Task directions
Exactly the lines starting at the line containing "#15=CARTESIAN_POINT('',(0.,12.5,0.));" and ending at the line containing "#42=ELLIPSE('',#41,28.,24.5);" are to be written out from the listing below, both included.

---+---

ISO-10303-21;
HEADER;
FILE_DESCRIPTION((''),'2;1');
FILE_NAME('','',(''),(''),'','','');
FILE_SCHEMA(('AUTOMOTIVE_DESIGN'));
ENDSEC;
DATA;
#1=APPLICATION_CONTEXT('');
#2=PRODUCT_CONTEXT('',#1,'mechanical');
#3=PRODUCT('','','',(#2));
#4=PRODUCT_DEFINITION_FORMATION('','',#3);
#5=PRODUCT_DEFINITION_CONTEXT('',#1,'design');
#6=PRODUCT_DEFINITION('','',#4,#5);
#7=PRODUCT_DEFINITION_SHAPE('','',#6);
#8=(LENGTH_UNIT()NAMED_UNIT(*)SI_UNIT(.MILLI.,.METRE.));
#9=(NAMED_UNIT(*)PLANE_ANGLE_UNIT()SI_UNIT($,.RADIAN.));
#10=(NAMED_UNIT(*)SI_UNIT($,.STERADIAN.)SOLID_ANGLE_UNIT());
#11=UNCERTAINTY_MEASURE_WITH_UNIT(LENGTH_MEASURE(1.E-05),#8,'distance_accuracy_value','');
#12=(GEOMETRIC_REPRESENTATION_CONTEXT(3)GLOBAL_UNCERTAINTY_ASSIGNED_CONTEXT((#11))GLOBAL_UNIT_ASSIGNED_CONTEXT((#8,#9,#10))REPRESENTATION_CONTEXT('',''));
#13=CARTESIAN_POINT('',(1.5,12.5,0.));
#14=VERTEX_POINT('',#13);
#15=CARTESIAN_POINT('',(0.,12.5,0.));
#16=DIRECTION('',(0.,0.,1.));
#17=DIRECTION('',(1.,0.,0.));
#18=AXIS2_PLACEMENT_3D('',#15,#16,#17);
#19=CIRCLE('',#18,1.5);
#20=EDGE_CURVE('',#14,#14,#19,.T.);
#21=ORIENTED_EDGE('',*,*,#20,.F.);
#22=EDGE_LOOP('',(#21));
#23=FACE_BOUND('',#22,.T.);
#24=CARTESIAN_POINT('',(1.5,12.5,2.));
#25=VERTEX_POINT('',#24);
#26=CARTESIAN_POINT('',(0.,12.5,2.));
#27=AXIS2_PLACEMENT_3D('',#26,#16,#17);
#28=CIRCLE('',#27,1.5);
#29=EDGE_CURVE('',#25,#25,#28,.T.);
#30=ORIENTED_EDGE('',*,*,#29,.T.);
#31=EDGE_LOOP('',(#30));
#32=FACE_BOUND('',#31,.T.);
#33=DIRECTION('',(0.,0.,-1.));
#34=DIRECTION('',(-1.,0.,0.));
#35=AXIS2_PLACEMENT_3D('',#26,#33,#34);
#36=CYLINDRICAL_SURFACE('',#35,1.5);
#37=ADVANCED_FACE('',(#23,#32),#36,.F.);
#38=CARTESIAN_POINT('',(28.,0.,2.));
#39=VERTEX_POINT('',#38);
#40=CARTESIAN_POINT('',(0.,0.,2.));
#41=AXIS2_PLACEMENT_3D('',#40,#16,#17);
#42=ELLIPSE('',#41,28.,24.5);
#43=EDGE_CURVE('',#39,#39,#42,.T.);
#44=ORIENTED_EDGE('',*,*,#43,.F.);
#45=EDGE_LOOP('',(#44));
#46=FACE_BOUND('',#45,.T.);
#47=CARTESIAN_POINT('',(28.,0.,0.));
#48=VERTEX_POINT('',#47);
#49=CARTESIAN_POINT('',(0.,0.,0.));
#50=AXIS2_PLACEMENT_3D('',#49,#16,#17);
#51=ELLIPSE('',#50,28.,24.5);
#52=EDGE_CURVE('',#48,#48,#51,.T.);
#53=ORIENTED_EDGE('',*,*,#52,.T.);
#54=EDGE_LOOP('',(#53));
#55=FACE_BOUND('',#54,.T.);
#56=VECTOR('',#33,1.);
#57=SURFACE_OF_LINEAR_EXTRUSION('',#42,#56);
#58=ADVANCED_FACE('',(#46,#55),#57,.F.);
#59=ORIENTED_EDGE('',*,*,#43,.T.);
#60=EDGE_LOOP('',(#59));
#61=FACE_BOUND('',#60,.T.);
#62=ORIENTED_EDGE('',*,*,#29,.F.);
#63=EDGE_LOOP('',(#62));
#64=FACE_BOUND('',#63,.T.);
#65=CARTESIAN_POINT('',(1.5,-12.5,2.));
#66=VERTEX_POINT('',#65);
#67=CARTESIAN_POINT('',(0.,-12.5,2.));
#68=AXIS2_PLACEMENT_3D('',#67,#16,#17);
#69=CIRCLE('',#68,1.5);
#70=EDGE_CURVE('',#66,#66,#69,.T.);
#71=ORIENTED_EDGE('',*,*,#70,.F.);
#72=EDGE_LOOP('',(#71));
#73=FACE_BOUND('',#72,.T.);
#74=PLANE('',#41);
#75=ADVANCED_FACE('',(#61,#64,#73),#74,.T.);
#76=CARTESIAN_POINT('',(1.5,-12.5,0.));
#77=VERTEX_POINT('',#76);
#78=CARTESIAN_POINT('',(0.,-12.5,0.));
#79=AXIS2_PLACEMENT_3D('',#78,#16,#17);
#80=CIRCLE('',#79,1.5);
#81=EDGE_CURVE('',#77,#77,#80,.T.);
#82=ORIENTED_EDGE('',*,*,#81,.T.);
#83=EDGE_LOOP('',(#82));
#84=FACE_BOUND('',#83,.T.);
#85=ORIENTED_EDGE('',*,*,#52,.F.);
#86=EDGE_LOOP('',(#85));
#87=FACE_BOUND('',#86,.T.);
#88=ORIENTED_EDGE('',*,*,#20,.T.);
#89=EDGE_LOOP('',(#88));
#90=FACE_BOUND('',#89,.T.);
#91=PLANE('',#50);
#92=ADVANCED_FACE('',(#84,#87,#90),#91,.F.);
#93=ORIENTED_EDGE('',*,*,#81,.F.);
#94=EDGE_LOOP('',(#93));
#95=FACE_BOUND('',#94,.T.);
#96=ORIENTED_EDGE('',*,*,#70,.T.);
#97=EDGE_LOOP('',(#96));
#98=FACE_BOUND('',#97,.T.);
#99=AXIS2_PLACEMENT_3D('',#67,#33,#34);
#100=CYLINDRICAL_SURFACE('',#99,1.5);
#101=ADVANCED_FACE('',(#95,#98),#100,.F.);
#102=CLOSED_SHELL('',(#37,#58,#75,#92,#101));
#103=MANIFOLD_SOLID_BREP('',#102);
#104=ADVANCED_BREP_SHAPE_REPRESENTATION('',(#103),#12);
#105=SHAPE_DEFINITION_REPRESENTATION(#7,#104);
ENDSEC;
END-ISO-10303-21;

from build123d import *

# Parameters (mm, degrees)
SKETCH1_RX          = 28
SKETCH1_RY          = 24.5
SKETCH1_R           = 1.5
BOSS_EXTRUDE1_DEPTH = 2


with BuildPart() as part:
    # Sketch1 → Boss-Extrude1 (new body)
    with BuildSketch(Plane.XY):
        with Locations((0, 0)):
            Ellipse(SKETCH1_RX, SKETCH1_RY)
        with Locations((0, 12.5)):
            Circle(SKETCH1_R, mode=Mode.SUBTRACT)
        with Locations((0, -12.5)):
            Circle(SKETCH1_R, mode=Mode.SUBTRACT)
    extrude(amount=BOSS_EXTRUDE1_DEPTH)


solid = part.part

---+---

Written response
#15=CARTESIAN_POINT('',(0.,12.5,0.));
#16=DIRECTION('',(0.,0.,1.));
#17=DIRECTION('',(1.,0.,0.));
#18=AXIS2_PLACEMENT_3D('',#15,#16,#17);
#19=CIRCLE('',#18,1.5);
#20=EDGE_CURVE('',#14,#14,#19,.T.);
#21=ORIENTED_EDGE('',*,*,#20,.F.);
#22=EDGE_LOOP('',(#21));
#23=FACE_BOUND('',#22,.T.);
#24=CARTESIAN_POINT('',(1.5,12.5,2.));
#25=VERTEX_POINT('',#24);
#26=CARTESIAN_POINT('',(0.,12.5,2.));
#27=AXIS2_PLACEMENT_3D('',#26,#16,#17);
#28=CIRCLE('',#27,1.5);
#29=EDGE_CURVE('',#25,#25,#28,.T.);
#30=ORIENTED_EDGE('',*,*,#29,.T.);
#31=EDGE_LOOP('',(#30));
#32=FACE_BOUND('',#31,.T.);
#33=DIRECTION('',(0.,0.,-1.));
#34=DIRECTION('',(-1.,0.,0.));
#35=AXIS2_PLACEMENT_3D('',#26,#33,#34);
#36=CYLINDRICAL_SURFACE('',#35,1.5);
#37=ADVANCED_FACE('',(#23,#32),#36,.F.);
#38=CARTESIAN_POINT('',(28.,0.,2.));
#39=VERTEX_POINT('',#38);
#40=CARTESIAN_POINT('',(0.,0.,2.));
#41=AXIS2_PLACEMENT_3D('',#40,#16,#17);
#42=ELLIPSE('',#41,28.,24.5);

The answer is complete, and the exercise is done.